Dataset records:
========

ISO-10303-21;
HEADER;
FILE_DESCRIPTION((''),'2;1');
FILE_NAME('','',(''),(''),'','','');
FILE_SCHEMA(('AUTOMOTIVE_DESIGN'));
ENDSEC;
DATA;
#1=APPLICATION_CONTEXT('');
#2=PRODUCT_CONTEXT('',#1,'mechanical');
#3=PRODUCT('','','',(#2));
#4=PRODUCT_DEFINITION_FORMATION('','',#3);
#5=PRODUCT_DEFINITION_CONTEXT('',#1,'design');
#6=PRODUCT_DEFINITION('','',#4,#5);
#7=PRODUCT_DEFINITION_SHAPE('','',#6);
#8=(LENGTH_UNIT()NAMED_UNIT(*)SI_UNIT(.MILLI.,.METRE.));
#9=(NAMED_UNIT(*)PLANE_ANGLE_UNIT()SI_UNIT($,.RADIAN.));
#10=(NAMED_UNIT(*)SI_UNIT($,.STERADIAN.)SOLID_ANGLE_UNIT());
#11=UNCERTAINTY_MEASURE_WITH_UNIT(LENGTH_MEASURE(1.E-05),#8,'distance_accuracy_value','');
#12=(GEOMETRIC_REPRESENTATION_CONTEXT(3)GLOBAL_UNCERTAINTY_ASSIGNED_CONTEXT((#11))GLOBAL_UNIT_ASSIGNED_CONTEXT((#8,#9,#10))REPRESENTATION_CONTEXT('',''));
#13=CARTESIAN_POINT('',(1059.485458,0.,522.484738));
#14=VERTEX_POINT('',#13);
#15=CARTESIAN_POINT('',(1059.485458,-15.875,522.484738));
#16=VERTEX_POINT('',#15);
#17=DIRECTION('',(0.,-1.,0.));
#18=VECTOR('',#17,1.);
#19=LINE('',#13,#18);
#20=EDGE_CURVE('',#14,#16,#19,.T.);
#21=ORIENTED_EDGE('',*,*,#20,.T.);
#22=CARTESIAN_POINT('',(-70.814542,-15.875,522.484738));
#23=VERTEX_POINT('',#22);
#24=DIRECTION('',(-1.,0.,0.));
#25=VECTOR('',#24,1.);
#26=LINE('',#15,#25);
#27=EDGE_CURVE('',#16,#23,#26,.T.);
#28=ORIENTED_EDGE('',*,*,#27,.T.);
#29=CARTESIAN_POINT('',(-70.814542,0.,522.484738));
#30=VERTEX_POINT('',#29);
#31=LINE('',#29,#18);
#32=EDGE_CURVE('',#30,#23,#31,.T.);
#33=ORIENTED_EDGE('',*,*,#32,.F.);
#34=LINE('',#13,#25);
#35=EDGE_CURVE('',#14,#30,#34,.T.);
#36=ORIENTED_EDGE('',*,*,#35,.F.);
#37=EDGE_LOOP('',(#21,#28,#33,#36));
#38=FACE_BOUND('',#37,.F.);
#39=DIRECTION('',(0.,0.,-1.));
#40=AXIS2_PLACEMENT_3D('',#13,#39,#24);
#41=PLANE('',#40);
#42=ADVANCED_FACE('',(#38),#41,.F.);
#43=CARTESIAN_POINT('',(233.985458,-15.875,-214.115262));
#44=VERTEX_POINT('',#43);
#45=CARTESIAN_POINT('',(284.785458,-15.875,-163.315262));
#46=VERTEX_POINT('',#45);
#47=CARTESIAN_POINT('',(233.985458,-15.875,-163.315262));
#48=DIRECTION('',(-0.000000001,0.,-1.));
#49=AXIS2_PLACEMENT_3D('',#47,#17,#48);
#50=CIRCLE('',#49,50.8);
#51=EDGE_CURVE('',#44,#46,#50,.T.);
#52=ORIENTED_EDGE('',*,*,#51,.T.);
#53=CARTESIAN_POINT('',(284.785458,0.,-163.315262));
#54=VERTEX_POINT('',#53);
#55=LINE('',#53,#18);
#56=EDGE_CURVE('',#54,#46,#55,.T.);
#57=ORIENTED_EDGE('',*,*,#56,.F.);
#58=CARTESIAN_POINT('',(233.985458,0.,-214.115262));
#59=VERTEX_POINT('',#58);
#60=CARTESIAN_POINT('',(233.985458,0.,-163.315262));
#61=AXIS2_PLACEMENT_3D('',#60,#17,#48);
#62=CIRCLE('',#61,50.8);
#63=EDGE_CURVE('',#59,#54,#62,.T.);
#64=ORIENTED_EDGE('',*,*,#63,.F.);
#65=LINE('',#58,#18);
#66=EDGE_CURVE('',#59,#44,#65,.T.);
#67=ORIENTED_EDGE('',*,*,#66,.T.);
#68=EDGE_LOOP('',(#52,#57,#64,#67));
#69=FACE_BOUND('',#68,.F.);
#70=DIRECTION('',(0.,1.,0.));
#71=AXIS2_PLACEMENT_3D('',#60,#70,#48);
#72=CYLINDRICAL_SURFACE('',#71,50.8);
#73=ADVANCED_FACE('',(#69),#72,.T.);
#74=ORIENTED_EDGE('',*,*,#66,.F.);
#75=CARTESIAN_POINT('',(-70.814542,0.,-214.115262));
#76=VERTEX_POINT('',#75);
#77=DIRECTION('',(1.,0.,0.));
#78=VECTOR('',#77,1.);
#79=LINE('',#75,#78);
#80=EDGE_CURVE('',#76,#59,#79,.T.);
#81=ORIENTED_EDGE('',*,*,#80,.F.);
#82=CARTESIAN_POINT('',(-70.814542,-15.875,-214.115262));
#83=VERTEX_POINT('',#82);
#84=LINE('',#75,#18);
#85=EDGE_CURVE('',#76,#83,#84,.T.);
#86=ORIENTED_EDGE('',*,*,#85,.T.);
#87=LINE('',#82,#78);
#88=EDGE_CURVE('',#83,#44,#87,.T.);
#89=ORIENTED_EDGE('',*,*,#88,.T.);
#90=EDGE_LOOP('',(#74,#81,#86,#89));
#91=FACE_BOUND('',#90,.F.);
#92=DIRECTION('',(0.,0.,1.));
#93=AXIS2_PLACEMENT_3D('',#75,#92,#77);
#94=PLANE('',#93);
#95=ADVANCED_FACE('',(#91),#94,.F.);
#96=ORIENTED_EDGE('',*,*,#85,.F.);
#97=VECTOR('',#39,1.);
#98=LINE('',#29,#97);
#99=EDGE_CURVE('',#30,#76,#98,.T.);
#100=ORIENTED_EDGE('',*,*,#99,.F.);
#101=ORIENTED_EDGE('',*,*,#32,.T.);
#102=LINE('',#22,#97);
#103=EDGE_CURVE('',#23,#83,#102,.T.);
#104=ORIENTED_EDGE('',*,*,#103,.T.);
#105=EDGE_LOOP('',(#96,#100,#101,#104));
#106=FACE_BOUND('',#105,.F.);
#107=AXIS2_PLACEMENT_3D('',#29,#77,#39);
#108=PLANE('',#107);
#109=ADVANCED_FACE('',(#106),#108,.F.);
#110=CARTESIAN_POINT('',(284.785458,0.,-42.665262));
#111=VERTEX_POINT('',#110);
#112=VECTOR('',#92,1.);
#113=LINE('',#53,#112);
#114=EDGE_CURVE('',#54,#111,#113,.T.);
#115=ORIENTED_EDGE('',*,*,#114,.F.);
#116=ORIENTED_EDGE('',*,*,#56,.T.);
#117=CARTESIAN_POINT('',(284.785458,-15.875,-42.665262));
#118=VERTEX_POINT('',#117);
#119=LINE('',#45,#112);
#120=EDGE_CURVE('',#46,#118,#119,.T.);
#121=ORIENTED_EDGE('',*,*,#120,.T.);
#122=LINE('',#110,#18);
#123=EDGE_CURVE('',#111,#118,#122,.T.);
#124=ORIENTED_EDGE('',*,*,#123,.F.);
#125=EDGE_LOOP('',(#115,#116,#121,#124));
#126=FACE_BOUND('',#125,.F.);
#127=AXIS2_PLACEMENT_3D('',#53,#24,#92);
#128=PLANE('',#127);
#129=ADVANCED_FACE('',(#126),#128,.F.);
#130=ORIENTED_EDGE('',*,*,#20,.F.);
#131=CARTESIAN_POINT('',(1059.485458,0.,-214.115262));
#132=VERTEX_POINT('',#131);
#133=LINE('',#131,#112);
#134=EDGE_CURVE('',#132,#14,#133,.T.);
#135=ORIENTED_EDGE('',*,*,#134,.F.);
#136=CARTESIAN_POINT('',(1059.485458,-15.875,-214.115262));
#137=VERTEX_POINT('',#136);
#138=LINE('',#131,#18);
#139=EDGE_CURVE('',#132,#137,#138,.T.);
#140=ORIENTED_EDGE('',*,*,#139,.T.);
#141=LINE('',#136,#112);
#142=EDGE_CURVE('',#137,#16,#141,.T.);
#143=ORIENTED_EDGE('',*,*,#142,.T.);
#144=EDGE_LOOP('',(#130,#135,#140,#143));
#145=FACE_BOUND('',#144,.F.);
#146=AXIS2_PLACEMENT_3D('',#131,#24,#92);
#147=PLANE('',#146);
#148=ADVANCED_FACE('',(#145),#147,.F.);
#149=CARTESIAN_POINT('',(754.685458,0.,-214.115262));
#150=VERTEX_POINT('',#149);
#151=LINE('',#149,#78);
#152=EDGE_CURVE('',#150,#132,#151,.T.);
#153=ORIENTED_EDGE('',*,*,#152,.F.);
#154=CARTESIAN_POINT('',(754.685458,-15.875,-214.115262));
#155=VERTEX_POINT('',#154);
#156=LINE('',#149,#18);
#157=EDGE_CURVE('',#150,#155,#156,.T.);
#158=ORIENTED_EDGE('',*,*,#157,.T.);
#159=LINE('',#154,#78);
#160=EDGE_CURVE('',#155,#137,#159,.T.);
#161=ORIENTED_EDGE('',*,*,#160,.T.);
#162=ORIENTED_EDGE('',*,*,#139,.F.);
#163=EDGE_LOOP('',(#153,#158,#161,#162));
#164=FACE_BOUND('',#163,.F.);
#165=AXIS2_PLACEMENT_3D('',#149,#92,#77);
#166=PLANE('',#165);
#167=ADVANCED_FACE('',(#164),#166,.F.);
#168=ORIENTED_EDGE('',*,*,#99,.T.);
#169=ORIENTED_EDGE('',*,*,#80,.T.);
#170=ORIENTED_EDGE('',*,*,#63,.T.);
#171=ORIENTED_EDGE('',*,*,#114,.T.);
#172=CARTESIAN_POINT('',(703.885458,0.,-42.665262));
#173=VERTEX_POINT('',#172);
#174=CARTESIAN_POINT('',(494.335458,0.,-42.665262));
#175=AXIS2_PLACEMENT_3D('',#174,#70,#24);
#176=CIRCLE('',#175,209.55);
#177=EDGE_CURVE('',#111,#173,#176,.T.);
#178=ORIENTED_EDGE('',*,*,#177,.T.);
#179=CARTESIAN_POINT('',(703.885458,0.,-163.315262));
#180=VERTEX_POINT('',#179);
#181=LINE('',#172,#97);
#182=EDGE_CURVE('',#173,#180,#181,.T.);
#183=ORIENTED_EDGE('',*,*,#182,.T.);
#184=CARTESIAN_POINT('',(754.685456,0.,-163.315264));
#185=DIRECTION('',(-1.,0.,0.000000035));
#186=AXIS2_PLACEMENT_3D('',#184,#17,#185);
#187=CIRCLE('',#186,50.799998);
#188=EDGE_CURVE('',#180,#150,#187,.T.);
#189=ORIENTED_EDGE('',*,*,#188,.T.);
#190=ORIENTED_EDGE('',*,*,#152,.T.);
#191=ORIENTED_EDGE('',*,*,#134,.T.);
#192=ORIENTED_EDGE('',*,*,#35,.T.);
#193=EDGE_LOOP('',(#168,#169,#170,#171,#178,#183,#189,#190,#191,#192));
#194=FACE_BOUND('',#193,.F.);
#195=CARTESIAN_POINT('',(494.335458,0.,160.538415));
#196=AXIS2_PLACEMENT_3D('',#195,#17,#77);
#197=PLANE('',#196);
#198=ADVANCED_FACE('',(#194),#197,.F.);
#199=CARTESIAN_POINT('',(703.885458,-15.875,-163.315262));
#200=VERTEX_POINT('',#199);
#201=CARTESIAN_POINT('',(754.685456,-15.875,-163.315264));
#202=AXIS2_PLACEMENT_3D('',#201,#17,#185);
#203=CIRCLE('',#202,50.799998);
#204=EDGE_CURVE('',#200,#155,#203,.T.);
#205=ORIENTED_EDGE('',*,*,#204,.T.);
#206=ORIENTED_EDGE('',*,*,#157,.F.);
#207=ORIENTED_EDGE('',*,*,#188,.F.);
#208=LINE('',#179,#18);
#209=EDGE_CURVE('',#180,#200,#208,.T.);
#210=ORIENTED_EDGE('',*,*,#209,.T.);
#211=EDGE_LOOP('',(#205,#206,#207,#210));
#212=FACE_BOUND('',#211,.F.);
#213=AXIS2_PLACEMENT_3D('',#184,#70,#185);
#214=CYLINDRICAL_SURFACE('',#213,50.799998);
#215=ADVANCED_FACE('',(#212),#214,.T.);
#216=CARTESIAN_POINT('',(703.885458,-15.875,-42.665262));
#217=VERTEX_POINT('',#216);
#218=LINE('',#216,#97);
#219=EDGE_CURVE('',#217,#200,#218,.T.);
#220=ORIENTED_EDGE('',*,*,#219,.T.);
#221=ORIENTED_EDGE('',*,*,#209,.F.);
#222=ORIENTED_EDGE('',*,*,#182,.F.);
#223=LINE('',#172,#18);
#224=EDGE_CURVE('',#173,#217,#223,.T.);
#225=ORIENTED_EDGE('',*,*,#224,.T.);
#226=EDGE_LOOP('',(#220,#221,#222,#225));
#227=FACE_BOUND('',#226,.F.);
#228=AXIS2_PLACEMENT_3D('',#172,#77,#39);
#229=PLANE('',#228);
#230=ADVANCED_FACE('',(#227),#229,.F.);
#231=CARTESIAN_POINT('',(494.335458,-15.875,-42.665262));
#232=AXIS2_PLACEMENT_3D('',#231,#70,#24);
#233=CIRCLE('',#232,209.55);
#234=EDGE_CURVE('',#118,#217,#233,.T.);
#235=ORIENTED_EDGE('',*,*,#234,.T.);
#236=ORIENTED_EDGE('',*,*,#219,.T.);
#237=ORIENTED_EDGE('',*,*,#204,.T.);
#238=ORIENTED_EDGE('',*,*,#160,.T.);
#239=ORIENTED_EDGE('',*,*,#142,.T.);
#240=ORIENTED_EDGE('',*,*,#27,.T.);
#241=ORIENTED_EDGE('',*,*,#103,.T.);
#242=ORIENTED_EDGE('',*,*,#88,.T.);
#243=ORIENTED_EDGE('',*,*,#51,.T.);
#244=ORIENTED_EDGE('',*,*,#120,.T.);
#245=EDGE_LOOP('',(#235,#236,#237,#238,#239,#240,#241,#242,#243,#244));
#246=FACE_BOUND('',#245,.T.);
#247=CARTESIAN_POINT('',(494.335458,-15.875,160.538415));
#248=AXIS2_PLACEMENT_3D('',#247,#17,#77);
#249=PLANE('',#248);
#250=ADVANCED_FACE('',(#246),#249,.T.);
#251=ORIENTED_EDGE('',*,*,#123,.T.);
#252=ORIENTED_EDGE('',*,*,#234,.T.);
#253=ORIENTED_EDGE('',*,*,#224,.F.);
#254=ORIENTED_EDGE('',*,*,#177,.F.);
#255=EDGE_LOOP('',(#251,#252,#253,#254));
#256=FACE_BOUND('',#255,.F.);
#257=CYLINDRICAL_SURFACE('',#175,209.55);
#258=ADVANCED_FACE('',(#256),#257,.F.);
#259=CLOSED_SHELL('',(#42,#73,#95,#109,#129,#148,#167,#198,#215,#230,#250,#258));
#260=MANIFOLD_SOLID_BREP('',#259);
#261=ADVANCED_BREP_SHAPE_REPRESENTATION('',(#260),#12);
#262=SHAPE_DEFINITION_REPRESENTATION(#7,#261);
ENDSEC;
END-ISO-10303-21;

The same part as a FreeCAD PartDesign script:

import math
import FreeCAD as App
import Part
import Sketcher
Q = App.Units.Quantity

doc = App.newDocument("Part")
body = doc.addObject("PartDesign::Body", "Body")

# Sketch on XZ plane
sketch1 = body.newObject("Sketcher::SketchObject", "Sketch")
sketch1.AttachmentSupport = (doc.getObject("XZ_Plane"), [""])
sketch1.MapMode = "FlatFace"
sketch1.addGeometry([
    Part.LineSegment(App.Vector(1059, 522, 0), App.Vector(-71, 522, 0)),  # 0
    Part.LineSegment(App.Vector(-71, 522, 0), App.Vector(-71, -214, 0)),  # 1
    Part.LineSegment(App.Vector(-71, -214, 0), App.Vector(234, -214, 0)),  # 2
    Part.ArcOfCircle(Part.Circle(App.Vector(234, -163, 0), App.Vector(0, 0, 1), 51), math.radians(-90), math.radians(0)),  # 3
    Part.LineSegment(App.Vector(285, -163, 0), App.Vector(285, -43, 0)),  # 4
    Part.ArcOfCircle(Part.Circle(App.Vector(494, -43, 0), App.Vector(0, 0, 1), 210), math.radians(0), math.radians(180)),  # 5
    Part.LineSegment(App.Vector(704, -43, 0), App.Vector(704, -163, 0)),  # 6
    Part.ArcOfCircle(Part.Circle(App.Vector(755, -163, 0), App.Vector(0, 0, 1), 51), math.radians(180), math.radians(270)),  # 7
    Part.LineSegment(App.Vector(755, -214, 0), App.Vector(1059, -214, 0)),  # 8
    Part.LineSegment(App.Vector(1059, -214, 0), App.Vector(1059, 522, 0)),  # 9
], False)
sketch1.addConstraint([
    Sketcher.Constraint("Coincident", 0, 2, 1, 1),
    Sketcher.Constraint("Coincident", 1, 2, 2, 1),
    Sketcher.Constraint("Tangent", 2, 2, 3, 1),
    Sketcher.Constraint("Tangent", 3, 2, 4, 1),
    Sketcher.Constraint("Tangent", 4, 2, 5, 2),
    Sketcher.Constraint("Tangent", 5, 1, 6, 1),
    Sketcher.Constraint("Tangent", 6, 2, 7, 1),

========

Once you find the line with "#215=ADVANCED_FACE('',(#212),#214,.T.);" above, print it and every line after it up to and including the line with "#235=ORIENTED_EDGE('',*,*,#234,.T.);", exactly as written and nothing else.

## WRITTEN SOLUTION
#215=ADVANCED_FACE('',(#212),#214,.T.);
#216=CARTESIAN_POINT('',(703.885458,-15.875,-42.665262));
#217=VERTEX_POINT('',#216);
#218=LINE('',#216,#97);
#219=EDGE_CURVE('',#217,#200,#218,.T.);
#220=ORIENTED_EDGE('',*,*,#219,.T.);
#221=ORIENTED_EDGE('',*,*,#209,.F.);
#222=ORIENTED_EDGE('',*,*,#182,.F.);
#223=LINE('',#172,#18);
#224=EDGE_CURVE('',#173,#217,#223,.T.);
#225=ORIENTED_EDGE('',*,*,#224,.T.);
#226=EDGE_LOOP('',(#220,#221,#222,#225));
#227=FACE_BOUND('',#226,.F.);
#228=AXIS2_PLACEMENT_3D('',#172,#77,#39);
#229=PLANE('',#228);
#230=ADVANCED_FACE('',(#227),#229,.F.);
#231=CARTESIAN_POINT('',(494.335458,-15.875,-42.665262));
#232=AXIS2_PLACEMENT_3D('',#231,#70,#24);
#233=CIRCLE('',#232,209.55);
#234=EDGE_CURVE('',#118,#217,#233,.T.);
#235=ORIENTED_EDGE('',*,*,#234,.T.);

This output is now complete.